Samples which are suspected of having aggregates (cell clumps) must be filtered (this is for analysers and sorters). Fourty micron nylon mesh is available at the Core. Falcon brand cell strainers for 50ml conical tubes (Falcon #35 2340 – 40um and Falcon#35 2350 – 70um) and filter top caps found on Falcon brand polystyrene 12×75 mm tubes (Falcon #35 2235) can also be used. We also recommend samples should be kept on ice or chilled until ready to run on the machine.
PLEASE SHOW UP ON TIME. You should give at least 24 hours notice if you need to cancel an appointment. If you are late for an appointment and run into the next users appointment you must stop acquiring your samples and finish at a later time. In particular if you are going to be late for a sorting appointment more than one hour then it is your obligation to check to see if your sort can still be done because other sorts may be scheduled on the same day. If there are other sorts scheduled then they will have priority.
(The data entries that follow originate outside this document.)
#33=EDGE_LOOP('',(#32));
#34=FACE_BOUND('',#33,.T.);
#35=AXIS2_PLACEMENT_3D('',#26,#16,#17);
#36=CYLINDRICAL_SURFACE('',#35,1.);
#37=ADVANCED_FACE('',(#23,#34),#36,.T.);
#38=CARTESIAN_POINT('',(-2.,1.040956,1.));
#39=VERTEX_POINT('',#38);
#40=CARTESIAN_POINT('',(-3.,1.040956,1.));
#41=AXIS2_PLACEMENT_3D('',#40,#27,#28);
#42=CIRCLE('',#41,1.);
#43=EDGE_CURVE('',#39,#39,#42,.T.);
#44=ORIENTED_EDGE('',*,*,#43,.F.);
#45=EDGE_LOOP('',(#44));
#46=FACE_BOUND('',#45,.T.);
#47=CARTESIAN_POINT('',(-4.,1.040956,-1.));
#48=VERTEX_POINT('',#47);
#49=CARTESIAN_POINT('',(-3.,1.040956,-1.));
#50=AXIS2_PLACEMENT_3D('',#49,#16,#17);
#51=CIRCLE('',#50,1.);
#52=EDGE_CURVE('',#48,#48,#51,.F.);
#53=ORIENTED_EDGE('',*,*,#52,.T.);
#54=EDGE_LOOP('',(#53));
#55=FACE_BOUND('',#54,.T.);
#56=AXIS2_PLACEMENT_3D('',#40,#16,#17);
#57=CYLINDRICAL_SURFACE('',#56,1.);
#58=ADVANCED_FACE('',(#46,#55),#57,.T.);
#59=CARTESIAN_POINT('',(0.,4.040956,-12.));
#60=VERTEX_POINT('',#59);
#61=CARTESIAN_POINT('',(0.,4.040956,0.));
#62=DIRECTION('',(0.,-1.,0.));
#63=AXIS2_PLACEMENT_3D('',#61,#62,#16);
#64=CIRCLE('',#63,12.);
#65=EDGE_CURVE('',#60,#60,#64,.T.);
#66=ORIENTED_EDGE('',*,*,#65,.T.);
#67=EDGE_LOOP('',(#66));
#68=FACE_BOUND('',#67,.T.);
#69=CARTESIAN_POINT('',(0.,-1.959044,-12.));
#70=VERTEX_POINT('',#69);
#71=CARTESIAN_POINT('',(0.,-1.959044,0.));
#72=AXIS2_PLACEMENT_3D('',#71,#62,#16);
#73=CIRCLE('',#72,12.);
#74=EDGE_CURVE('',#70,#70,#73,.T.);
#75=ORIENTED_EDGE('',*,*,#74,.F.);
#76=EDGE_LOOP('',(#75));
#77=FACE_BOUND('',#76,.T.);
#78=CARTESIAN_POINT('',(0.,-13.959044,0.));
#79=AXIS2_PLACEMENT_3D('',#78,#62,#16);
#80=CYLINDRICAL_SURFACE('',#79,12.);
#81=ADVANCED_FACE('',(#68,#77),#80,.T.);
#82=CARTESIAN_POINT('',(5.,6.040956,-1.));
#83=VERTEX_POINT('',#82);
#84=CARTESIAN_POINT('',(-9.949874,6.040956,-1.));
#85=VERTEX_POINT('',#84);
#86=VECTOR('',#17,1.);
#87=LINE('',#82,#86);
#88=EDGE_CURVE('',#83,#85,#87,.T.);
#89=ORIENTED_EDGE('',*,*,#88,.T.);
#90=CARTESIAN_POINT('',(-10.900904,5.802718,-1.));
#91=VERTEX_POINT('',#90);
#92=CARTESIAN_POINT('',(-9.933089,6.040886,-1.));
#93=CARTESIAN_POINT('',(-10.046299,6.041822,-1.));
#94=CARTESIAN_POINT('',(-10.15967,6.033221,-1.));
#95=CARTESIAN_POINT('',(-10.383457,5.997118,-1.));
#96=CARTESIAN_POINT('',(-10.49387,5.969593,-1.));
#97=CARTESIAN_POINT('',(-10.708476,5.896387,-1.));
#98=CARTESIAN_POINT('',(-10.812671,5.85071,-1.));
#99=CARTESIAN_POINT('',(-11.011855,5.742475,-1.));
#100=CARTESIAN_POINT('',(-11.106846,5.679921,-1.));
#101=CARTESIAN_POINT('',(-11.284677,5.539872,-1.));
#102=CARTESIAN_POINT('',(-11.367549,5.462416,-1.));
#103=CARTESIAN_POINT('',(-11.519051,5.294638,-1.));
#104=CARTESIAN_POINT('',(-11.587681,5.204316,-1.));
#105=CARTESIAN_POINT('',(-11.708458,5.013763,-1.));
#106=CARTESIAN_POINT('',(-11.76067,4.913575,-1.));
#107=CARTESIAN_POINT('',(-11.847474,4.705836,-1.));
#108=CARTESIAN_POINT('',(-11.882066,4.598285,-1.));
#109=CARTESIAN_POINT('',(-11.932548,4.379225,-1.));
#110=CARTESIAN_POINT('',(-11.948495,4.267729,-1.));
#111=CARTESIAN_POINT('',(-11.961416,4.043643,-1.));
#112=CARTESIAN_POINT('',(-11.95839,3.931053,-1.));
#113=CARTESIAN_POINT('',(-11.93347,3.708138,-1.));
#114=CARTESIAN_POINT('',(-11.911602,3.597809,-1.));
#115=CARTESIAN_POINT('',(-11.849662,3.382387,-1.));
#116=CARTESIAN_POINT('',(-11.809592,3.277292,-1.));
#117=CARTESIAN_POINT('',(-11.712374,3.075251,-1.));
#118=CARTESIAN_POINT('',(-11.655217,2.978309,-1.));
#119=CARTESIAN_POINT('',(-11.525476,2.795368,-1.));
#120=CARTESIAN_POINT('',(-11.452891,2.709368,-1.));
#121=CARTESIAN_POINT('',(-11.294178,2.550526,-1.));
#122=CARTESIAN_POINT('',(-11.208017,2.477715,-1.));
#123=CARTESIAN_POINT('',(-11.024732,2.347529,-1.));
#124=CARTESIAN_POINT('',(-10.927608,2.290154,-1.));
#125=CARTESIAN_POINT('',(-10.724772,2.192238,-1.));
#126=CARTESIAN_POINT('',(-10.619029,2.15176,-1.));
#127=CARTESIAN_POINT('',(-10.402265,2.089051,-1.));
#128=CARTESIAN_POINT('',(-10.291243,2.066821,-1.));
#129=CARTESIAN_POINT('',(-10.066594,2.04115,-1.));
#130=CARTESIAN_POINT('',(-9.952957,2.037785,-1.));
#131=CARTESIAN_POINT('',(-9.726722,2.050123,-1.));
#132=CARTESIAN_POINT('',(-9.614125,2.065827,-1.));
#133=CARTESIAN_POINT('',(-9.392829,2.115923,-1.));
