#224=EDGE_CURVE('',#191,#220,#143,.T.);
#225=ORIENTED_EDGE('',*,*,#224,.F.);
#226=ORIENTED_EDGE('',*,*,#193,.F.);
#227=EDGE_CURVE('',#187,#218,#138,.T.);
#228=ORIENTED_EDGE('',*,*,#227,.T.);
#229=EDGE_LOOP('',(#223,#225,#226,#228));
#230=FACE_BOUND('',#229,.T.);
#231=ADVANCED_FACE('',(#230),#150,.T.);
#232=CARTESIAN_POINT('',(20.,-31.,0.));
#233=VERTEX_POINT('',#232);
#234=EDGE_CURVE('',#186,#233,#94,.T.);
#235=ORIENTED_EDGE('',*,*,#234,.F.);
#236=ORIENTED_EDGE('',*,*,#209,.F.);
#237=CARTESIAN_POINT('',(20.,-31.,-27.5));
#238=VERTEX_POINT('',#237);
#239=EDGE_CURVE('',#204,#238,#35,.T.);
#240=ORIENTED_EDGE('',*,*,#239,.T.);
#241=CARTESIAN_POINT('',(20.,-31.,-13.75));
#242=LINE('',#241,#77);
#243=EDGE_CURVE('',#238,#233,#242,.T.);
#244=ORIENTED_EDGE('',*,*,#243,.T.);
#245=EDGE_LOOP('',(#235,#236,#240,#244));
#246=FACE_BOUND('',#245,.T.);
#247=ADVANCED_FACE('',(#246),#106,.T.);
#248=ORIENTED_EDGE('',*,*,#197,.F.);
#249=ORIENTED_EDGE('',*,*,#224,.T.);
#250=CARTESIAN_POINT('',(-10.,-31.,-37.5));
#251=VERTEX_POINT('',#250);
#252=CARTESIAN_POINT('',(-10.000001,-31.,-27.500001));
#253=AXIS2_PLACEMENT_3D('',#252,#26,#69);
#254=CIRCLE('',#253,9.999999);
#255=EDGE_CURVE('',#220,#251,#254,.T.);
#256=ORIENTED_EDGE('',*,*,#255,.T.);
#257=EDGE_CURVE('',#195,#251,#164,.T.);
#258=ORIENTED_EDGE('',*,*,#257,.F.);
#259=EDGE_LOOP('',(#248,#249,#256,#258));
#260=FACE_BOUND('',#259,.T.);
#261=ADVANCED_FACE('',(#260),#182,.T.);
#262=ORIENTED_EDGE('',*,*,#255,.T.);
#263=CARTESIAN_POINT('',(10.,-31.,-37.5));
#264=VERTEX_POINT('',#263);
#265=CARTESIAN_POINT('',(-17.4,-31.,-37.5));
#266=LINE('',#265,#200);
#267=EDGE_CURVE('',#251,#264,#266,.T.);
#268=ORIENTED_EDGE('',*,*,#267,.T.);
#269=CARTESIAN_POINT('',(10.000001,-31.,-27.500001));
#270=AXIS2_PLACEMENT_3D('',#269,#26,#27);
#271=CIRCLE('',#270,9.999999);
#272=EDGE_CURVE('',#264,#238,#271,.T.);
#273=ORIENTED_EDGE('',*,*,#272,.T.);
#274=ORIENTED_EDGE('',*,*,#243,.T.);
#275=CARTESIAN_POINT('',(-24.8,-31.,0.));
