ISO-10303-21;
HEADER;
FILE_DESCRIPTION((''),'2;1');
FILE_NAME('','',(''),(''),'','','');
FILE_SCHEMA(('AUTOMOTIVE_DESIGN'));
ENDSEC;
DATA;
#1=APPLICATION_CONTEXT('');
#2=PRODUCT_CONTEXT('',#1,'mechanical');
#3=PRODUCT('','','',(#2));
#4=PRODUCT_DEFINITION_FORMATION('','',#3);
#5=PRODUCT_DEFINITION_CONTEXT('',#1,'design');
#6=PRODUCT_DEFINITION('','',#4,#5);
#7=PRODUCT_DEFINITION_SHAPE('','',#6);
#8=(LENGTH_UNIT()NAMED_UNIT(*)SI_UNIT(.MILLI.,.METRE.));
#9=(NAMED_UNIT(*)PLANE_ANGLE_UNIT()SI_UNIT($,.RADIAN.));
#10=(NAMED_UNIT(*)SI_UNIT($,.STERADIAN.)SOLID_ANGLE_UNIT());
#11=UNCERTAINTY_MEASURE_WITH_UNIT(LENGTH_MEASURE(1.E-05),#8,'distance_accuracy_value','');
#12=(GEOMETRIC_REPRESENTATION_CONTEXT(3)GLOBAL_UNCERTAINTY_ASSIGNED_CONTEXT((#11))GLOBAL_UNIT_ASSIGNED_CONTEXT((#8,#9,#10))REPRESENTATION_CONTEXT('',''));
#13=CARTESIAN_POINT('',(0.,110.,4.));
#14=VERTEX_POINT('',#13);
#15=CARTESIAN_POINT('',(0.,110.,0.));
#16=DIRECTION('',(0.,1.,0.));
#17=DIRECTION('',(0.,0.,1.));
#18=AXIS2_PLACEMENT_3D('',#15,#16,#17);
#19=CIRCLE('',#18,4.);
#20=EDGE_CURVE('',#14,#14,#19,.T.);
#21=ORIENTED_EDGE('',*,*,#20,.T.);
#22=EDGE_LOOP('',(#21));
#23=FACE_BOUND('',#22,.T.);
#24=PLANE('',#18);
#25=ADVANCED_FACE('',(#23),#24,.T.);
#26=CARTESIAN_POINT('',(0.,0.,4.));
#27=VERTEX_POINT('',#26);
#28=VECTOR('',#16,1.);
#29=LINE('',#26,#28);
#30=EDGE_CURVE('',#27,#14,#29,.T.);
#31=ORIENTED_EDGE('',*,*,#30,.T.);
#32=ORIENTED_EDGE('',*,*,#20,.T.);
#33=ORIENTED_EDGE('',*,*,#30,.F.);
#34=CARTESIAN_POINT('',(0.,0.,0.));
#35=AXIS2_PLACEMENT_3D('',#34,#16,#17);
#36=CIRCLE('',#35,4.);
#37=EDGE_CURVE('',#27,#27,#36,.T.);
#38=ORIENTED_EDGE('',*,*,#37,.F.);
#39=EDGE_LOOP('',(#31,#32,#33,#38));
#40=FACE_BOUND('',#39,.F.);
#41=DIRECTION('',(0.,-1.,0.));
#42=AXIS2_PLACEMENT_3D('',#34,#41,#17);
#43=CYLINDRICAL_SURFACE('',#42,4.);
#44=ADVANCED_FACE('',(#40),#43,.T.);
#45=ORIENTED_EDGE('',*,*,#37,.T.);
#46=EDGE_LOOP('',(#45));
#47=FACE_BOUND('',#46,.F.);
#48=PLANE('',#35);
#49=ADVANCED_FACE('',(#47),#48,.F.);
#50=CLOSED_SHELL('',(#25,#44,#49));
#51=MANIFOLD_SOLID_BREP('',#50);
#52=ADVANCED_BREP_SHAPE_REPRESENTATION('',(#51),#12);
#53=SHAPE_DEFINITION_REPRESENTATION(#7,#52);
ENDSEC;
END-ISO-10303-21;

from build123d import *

# Parameters (mm, degrees)
SKETCH1_R           = 4
BOSS_EXTRUDE1_DEPTH = 110


with BuildPart() as part:
    # Sketch1 → Boss-Extrude1 (new body)
    with BuildSketch(Plane(origin=(0, 0, 0), x_dir=(1, 0, 0), z_dir=(0, 1, 0))):
        with Locations(Location((0, 0, 0), (0, 0, 270))):
            Circle(SKETCH1_R)
    extrude(amount=BOSS_EXTRUDE1_DEPTH)


solid = part.part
All users are responsible for daily maintenance of the machine. After use, every user should follow the FACSCanto and LSR Start-up and Shut-down Maintenance procedure. Users that do not follow the rules, for example running unfiltered cells that clump and clog the machine, leaving the machine on, not doing End-of-Run maintenance and making sure that the waste is emptied and the sheath tank is filled, etc. will be identified and excluded from using the instruments. These instruments are common equipment and have to be treated with respect so that we may operate them for a long time without incurring additional expense due to misuse.